Please output exactly the part of the records below that opens with the line containing "f 238 236 214" and closes with the line containing "f 276 12 274", both lines included, and nothing else.

[Opening RECORDS TO PROCESS section]

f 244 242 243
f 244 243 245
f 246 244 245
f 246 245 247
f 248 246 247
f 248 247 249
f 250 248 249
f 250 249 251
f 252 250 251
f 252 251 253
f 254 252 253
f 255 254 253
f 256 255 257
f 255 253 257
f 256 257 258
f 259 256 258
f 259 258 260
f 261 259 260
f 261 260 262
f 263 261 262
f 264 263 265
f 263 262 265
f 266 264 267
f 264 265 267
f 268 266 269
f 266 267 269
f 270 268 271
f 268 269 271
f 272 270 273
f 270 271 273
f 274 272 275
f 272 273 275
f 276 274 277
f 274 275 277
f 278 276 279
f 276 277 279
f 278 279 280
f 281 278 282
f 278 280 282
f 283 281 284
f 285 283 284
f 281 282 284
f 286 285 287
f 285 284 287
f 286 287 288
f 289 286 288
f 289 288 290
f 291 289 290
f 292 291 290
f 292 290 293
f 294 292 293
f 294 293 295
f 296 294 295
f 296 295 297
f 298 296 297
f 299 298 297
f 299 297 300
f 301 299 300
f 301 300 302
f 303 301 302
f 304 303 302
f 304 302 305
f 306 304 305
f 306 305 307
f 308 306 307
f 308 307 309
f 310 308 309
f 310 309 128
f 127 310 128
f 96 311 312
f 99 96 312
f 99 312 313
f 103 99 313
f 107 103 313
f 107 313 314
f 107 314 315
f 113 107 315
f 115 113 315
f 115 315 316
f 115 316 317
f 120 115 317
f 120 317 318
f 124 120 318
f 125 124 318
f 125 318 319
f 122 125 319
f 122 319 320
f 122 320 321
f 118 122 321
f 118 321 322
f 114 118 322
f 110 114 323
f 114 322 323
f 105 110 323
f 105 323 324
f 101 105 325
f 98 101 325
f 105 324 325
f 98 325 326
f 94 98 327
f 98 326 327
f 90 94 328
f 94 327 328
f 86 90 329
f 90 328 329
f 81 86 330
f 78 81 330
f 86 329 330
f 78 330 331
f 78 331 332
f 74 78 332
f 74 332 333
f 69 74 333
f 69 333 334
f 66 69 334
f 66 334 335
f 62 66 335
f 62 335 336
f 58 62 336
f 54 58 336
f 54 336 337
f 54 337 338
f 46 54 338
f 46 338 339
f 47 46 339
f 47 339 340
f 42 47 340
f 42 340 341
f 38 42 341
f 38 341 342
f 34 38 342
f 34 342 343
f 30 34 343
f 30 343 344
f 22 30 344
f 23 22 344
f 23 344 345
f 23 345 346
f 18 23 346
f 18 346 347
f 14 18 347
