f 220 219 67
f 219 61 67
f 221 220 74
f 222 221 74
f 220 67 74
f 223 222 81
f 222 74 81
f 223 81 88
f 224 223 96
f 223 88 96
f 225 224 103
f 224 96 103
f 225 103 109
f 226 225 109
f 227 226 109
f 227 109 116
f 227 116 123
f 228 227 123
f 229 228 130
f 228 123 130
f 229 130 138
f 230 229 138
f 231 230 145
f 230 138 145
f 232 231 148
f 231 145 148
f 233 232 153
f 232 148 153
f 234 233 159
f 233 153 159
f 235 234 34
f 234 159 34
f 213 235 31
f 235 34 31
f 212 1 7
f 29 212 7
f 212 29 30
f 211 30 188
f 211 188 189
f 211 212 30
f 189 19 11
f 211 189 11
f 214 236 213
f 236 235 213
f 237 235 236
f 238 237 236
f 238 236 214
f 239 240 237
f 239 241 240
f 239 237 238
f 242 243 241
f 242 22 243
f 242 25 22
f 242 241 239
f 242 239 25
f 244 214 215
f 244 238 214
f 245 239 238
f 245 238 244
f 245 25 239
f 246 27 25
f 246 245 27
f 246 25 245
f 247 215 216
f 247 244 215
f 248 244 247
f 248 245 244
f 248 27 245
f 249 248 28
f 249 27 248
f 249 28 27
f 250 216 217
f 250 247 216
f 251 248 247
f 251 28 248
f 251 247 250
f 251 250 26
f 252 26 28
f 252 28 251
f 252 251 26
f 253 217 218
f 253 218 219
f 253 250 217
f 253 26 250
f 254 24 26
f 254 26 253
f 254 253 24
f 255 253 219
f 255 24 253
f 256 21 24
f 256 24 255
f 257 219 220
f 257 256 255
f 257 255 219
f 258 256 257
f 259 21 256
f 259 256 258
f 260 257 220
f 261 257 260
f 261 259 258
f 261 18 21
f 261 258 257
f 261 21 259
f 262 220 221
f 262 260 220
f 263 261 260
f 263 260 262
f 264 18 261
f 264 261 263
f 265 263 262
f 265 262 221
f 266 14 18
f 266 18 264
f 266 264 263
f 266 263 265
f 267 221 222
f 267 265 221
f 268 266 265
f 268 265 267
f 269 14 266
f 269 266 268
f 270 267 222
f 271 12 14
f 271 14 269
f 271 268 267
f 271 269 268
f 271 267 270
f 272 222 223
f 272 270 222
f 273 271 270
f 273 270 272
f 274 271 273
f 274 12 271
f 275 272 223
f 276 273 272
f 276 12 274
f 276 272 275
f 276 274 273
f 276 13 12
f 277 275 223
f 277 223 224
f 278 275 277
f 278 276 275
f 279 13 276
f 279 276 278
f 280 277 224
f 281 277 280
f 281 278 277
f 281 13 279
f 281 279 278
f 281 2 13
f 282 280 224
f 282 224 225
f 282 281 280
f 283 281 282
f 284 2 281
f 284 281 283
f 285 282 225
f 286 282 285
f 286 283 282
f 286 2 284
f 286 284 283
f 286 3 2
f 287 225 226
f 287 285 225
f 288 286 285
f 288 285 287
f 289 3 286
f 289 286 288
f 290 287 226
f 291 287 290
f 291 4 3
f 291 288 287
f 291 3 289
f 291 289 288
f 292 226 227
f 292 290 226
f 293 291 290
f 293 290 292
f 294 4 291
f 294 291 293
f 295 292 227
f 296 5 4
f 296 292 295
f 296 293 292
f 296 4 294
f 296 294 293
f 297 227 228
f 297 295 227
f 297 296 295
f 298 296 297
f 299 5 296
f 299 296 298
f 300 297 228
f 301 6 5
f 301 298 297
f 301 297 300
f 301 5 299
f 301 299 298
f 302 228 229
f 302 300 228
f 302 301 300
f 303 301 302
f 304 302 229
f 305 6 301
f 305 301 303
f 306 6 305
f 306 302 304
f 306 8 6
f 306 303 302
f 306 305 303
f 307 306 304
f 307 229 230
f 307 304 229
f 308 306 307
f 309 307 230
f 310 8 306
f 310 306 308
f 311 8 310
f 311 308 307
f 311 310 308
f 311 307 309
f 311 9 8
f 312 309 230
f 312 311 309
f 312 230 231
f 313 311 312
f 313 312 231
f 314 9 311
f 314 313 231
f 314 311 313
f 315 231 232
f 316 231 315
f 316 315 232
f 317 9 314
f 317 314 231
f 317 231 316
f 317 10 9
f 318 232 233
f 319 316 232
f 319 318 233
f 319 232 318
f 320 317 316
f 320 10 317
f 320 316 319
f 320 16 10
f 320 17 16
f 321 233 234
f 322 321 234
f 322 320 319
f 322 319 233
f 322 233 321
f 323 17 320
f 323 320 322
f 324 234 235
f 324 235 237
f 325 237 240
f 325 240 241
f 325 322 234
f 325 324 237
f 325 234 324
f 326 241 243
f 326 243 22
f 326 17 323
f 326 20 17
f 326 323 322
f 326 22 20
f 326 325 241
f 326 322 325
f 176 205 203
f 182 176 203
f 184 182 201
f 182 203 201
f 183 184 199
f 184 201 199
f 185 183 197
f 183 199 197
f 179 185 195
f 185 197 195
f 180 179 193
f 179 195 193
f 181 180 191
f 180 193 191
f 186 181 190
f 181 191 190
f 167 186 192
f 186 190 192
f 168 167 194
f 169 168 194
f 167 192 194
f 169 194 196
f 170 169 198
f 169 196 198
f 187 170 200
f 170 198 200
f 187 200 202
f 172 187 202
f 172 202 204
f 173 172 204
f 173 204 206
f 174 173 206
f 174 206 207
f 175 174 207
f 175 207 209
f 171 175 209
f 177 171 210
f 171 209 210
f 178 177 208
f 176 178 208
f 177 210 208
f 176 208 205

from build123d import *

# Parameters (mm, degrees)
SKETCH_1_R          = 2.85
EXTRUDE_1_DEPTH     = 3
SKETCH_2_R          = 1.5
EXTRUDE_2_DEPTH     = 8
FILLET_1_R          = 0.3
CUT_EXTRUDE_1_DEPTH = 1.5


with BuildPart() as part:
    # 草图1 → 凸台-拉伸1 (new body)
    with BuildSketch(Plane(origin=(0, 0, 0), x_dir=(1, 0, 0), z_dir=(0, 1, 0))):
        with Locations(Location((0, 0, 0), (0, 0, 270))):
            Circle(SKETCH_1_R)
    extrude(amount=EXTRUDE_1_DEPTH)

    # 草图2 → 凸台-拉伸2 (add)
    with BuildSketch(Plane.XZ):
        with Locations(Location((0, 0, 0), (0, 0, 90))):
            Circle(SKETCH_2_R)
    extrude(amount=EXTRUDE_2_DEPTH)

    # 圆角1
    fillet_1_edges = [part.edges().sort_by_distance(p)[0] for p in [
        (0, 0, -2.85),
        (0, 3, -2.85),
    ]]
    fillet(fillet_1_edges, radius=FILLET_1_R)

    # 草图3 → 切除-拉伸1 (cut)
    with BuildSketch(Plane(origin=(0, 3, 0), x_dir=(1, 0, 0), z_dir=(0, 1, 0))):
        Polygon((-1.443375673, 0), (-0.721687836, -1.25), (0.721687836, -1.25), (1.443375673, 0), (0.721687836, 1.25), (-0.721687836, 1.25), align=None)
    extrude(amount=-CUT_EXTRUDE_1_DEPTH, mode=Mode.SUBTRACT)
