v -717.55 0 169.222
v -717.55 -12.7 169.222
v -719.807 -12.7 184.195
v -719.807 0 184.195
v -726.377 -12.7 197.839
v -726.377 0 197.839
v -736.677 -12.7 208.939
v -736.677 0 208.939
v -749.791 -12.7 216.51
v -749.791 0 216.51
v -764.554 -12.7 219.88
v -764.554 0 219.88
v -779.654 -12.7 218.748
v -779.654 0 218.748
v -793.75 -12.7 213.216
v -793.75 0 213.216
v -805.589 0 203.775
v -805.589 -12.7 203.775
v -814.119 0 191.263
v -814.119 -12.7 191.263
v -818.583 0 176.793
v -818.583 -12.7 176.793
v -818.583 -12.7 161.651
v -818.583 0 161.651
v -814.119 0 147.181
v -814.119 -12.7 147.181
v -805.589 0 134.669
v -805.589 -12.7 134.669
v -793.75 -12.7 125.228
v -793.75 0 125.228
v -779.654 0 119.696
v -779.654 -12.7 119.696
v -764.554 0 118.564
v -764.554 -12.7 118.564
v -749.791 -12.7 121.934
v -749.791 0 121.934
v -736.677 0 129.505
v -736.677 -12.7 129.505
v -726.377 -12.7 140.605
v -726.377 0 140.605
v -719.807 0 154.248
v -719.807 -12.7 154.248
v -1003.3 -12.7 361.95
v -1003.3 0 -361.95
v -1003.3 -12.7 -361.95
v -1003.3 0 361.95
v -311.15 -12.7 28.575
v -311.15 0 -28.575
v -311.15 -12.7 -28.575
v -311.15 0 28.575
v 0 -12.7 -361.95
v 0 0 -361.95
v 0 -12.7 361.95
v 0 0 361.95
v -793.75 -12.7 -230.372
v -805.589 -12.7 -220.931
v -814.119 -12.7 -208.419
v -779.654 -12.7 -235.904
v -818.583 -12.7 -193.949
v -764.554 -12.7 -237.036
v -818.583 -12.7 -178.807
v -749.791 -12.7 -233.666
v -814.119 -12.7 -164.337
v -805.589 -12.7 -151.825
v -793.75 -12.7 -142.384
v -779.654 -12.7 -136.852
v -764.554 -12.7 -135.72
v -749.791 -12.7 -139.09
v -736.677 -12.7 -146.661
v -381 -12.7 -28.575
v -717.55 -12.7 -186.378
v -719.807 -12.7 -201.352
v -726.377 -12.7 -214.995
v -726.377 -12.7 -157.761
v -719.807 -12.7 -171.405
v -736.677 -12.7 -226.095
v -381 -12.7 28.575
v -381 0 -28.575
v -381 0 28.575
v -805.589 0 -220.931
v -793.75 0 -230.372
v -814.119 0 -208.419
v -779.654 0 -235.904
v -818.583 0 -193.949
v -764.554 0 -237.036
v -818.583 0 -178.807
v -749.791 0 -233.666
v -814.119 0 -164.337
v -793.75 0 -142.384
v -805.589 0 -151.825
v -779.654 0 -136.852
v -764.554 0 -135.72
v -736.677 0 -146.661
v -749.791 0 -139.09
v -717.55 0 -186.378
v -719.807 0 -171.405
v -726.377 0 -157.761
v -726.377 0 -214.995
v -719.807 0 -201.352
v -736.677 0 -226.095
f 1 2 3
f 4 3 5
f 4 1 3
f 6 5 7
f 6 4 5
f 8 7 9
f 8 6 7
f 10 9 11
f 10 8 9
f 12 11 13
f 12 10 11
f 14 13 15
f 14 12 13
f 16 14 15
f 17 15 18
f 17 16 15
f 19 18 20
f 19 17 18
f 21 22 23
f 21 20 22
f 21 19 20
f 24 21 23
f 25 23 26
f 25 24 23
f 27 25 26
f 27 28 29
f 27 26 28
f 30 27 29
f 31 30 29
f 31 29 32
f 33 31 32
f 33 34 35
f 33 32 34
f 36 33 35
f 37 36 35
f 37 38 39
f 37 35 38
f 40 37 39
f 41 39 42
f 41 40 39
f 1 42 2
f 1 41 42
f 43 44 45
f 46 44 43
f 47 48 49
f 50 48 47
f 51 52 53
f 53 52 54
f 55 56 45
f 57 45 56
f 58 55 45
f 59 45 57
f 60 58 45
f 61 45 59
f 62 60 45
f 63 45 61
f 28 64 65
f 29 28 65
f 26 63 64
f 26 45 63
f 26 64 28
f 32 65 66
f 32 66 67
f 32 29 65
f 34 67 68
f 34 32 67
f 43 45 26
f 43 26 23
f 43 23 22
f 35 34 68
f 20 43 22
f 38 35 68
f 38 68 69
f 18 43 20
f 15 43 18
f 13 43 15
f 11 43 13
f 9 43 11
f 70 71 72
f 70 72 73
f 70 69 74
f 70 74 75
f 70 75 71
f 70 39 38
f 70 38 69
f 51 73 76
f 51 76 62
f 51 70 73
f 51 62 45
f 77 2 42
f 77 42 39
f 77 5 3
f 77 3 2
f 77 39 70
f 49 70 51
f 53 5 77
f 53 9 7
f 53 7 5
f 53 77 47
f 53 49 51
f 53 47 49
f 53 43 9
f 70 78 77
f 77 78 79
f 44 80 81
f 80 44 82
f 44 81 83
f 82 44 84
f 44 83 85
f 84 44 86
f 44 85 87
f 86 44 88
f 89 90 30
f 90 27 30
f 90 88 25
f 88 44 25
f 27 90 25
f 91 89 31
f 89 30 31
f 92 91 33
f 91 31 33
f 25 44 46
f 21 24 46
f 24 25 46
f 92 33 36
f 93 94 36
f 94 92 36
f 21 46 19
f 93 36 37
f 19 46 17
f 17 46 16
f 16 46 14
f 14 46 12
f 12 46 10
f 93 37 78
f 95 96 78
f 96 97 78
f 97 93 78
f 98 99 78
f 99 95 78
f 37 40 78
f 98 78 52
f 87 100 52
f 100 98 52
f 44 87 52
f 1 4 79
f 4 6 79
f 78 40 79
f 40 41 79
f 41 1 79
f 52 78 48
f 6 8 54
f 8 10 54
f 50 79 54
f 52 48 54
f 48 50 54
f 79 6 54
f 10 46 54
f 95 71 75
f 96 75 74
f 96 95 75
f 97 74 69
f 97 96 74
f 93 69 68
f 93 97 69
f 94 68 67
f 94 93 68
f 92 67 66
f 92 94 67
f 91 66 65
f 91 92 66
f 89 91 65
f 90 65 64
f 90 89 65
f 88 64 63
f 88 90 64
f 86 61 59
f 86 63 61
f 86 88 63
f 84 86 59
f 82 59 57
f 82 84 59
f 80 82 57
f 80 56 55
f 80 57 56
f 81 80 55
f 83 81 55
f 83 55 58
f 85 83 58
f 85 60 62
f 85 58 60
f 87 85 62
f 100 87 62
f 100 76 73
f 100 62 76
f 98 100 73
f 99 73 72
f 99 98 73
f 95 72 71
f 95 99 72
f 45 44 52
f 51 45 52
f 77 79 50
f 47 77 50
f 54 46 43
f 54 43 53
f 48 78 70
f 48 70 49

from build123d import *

# Parameters (mm, degrees)
F0_W     = 1003.3
F0_H     = 723.9
F1_DEPTH = 12.7
F2_W     = 69.85
F2_H     = 57.15
F3_DEPTH = 12.701
F4_R     = 50.8
F5_DEPTH = 12.701


with BuildPart() as f1:
    # F0 (on Front) → F1 (new body)
    with BuildSketch(Plane.XZ):
        with Locations((-501.65, 0)):
            Rectangle(F0_W, F0_H)
    extrude(amount=F1_DEPTH)

    # F2 (on Front) → F3 (cut, through all)
    with BuildSketch(Plane.XZ):
        with Locations((-346.075, 0)):
            Rectangle(F2_W, F2_H)
    extrude(amount=F3_DEPTH, mode=Mode.SUBTRACT)

    # F4 (on Front) → F5 (cut, through all)
    with BuildSketch(Plane.XZ):
        with Locations((-768.35, 169.221888)):
            Circle(F4_R)
        with Locations((-768.35, -186.378112)):
            Circle(F4_R)
    extrude(amount=F5_DEPTH, mode=Mode.SUBTRACT)


solid = f1.part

[Closing RECORDS TO PROCESS section]

# WORKED SOLUTION
f 238 236 214
f 239 240 237
f 239 241 240
f 239 237 238
f 242 243 241
f 242 22 243
f 242 25 22
f 242 241 239
f 242 239 25
f 244 214 215
f 244 238 214
f 245 239 238
f 245 238 244
f 245 25 239
f 246 27 25
f 246 245 27
f 246 25 245
f 247 215 216
f 247 244 215
f 248 244 247
f 248 245 244
f 248 27 245
f 249 248 28
f 249 27 248
f 249 28 27
f 250 216 217
f 250 247 216
f 251 248 247
f 251 28 248
f 251 247 250
f 251 250 26
f 252 26 28
f 252 28 251
f 252 251 26
f 253 217 218
f 253 218 219
f 253 250 217
f 253 26 250
f 254 24 26
f 254 26 253
f 254 253 24
f 255 253 219
f 255 24 253
f 256 21 24
f 256 24 255
f 257 219 220
f 257 256 255
f 257 255 219
f 258 256 257
f 259 21 256
f 259 256 258
f 260 257 220
f 261 257 260
f 261 259 258
f 261 18 21
f 261 258 257
f 261 21 259
f 262 220 221
f 262 260 220
f 263 261 260
f 263 260 262
f 264 18 261
f 264 261 263
f 265 263 262
f 265 262 221
f 266 14 18
f 266 18 264
f 266 264 263
f 266 263 265
f 267 221 222
f 267 265 221
f 268 266 265
f 268 265 267
f 269 14 266
f 269 266 268
f 270 267 222
f 271 12 14
f 271 14 269
f 271 268 267
f 271 269 268
f 271 267 270
f 272 222 223
f 272 270 222
f 273 271 270
f 273 270 272
f 274 271 273
f 274 12 271
f 275 272 223
f 276 273 272
f 276 12 274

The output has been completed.